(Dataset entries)
------------------------------------------------------------------------

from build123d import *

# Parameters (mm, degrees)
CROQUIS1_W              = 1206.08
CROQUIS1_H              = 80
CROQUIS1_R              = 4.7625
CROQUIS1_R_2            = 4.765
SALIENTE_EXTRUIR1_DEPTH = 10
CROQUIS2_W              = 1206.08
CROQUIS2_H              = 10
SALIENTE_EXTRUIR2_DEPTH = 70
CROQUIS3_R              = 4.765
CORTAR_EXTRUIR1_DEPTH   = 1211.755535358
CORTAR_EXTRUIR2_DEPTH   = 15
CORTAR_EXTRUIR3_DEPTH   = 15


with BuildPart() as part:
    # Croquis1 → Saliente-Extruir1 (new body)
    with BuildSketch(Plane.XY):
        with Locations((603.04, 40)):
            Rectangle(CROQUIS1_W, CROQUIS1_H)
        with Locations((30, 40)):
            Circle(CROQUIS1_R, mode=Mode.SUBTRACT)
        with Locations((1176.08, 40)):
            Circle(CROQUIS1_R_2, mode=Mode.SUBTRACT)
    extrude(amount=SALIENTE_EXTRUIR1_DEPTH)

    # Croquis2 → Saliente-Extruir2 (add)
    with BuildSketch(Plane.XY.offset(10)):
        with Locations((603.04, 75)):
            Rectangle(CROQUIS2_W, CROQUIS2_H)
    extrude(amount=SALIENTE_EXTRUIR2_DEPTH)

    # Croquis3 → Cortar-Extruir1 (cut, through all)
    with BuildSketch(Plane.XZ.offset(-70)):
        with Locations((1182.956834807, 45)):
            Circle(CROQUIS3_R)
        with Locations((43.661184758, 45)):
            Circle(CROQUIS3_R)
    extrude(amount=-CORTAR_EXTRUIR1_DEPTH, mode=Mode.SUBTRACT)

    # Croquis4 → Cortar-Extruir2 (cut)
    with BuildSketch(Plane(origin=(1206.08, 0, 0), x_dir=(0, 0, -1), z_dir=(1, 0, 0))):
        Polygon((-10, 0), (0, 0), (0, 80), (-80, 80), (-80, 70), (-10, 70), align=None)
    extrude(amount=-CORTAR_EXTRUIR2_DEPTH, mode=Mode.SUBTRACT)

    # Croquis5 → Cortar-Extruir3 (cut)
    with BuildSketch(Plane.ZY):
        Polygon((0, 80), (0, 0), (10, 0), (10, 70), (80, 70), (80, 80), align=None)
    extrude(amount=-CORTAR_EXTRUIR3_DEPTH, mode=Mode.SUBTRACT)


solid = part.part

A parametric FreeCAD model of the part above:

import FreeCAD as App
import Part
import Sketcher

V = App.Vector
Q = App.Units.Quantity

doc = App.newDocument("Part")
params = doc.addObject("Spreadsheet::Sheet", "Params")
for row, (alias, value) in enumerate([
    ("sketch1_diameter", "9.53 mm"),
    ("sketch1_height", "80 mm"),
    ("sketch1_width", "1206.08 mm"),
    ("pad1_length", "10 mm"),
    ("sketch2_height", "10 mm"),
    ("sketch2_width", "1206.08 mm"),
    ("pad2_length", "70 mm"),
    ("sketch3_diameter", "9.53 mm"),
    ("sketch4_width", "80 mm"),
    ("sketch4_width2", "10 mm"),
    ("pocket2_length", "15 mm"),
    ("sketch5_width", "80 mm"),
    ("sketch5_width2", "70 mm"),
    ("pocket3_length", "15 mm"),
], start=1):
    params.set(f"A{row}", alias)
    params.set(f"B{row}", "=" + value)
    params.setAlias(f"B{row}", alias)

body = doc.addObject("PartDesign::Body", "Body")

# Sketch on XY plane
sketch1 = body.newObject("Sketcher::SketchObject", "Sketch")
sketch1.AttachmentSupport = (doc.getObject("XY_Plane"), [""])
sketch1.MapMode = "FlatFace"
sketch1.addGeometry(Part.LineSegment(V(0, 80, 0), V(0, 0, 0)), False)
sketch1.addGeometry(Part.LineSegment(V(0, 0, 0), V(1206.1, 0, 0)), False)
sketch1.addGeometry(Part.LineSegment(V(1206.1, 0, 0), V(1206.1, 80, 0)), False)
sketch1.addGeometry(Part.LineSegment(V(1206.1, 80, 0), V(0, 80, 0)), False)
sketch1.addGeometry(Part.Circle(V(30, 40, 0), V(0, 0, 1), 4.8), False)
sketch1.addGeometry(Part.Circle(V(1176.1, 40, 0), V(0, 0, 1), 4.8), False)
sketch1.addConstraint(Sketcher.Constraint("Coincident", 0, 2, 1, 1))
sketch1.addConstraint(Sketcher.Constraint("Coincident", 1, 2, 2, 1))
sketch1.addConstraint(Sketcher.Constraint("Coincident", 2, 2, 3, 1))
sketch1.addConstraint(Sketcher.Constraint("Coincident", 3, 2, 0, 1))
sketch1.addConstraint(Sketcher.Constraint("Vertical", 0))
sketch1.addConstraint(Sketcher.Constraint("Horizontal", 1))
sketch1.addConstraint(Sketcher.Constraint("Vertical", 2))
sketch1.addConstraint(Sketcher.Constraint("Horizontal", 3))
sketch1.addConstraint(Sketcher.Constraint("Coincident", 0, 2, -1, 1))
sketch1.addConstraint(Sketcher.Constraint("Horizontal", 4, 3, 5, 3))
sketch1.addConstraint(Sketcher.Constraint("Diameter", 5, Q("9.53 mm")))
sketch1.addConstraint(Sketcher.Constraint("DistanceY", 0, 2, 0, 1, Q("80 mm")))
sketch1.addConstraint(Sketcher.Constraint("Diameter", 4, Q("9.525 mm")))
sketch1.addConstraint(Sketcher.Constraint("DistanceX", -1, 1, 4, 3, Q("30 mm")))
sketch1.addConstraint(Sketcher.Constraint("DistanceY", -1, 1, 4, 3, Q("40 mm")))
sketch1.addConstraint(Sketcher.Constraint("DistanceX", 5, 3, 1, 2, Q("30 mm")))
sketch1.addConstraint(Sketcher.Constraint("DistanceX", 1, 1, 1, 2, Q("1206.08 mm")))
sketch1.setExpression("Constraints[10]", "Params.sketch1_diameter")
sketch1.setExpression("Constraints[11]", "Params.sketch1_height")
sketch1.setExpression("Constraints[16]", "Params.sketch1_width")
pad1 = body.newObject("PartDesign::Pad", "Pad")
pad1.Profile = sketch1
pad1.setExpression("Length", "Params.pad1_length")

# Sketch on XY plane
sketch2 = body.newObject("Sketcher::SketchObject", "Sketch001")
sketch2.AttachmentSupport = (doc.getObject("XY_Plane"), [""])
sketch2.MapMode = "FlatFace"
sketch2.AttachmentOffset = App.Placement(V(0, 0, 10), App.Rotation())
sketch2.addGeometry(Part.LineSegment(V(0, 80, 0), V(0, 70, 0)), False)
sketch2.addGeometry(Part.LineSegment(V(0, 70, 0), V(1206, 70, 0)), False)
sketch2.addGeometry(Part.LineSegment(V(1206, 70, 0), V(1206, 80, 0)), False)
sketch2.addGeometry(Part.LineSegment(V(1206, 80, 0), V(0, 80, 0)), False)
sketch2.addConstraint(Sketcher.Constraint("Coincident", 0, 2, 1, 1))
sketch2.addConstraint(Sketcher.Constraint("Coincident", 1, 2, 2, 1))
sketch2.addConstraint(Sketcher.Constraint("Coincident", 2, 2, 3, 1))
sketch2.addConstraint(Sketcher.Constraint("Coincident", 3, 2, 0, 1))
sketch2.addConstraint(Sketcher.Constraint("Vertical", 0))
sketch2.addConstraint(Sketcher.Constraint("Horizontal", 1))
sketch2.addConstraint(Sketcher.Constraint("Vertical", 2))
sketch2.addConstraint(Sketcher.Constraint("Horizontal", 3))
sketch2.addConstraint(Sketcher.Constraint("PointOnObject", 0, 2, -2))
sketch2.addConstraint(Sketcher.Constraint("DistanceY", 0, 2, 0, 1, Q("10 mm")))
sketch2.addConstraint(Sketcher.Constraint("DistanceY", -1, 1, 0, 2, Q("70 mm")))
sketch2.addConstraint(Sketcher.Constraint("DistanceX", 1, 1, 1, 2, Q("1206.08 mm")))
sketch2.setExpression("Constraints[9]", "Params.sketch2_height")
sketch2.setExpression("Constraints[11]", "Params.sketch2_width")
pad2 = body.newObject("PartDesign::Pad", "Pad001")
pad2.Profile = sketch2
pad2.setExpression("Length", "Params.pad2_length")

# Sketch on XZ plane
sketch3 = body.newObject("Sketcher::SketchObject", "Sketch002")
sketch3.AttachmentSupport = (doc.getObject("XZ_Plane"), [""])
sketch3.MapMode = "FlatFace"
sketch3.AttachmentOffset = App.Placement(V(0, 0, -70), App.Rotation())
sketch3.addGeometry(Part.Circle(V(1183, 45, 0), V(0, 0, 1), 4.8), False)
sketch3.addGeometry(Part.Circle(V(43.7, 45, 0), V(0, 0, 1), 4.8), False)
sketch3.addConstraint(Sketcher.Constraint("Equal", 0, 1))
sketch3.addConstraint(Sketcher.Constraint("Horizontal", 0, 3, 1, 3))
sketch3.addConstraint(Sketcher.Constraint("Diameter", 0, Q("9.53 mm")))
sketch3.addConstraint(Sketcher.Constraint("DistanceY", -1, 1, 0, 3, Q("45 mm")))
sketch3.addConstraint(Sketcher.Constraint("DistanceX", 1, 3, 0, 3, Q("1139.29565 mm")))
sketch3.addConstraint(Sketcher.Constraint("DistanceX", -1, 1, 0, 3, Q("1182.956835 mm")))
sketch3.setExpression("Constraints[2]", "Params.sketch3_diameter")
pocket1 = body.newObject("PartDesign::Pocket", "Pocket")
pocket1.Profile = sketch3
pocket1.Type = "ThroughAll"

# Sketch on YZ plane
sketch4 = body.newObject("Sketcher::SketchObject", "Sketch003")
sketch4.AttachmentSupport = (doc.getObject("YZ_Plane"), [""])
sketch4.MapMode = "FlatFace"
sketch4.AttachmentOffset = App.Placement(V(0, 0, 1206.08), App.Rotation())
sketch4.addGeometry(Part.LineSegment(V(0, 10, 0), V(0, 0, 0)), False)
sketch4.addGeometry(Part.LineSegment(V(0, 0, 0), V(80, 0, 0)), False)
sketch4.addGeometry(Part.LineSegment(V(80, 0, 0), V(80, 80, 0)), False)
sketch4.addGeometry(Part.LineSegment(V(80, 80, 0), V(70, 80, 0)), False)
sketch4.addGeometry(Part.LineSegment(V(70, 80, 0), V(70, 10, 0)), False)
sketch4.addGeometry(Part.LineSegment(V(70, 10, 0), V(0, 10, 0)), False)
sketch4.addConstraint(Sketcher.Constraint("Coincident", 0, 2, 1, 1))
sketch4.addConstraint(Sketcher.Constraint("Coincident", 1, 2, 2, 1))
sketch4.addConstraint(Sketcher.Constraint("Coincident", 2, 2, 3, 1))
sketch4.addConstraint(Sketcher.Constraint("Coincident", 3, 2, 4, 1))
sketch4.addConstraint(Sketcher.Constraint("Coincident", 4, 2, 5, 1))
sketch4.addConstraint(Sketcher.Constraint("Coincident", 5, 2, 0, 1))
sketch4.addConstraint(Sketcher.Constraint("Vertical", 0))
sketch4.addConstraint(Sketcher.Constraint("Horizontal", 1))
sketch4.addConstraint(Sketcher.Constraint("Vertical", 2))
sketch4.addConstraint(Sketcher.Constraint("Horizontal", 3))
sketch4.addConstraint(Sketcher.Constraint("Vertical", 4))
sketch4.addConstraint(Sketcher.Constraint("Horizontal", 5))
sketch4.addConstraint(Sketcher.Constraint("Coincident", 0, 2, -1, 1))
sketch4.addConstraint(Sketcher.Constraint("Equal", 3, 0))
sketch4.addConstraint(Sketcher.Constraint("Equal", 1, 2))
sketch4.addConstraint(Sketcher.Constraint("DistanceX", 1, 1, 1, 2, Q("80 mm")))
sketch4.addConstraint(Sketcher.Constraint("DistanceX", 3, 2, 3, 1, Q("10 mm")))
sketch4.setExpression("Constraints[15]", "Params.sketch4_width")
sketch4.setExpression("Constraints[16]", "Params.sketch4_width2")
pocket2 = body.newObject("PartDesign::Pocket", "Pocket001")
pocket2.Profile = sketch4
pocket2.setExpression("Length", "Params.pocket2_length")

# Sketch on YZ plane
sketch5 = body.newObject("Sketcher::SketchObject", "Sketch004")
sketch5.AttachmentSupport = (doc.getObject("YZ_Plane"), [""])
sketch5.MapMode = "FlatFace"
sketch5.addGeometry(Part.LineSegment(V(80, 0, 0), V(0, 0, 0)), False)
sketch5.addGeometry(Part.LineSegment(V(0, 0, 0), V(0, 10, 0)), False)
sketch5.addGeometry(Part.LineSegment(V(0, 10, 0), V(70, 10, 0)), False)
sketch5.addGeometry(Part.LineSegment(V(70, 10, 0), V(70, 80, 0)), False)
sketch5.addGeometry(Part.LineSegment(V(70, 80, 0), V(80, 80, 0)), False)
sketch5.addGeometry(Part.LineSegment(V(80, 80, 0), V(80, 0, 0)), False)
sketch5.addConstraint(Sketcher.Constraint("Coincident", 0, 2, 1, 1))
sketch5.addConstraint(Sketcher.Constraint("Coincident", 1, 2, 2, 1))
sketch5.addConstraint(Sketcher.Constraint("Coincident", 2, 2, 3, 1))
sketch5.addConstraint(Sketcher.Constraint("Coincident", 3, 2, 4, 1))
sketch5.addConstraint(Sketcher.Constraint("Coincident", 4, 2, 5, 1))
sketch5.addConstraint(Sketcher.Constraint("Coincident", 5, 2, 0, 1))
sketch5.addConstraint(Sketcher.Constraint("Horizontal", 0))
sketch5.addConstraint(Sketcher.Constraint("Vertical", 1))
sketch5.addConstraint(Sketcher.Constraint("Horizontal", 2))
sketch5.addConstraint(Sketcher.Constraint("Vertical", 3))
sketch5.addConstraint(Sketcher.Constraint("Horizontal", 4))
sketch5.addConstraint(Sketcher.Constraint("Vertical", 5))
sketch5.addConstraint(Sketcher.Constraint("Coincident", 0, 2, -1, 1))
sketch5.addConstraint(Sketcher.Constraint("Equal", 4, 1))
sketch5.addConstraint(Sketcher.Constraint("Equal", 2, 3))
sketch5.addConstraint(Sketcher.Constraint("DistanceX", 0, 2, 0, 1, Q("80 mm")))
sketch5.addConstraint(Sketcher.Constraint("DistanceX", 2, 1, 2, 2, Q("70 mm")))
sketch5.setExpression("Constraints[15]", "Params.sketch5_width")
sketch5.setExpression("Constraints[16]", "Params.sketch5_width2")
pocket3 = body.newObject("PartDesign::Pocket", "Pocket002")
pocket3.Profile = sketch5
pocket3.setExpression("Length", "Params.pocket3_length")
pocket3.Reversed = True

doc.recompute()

------------------------------------------------------------------------

**PROBLEM REQUIREMENTS**. Return each line above where the word "None" shows up.

**ANSWER SECTION**.
        Polygon((-10, 0), (0, 0), (0, 80), (-80, 80), (-80, 70), (-10, 70), align=None)
        Polygon((0, 80), (0, 0), (10, 0), (10, 70), (80, 70), (80, 80), align=None)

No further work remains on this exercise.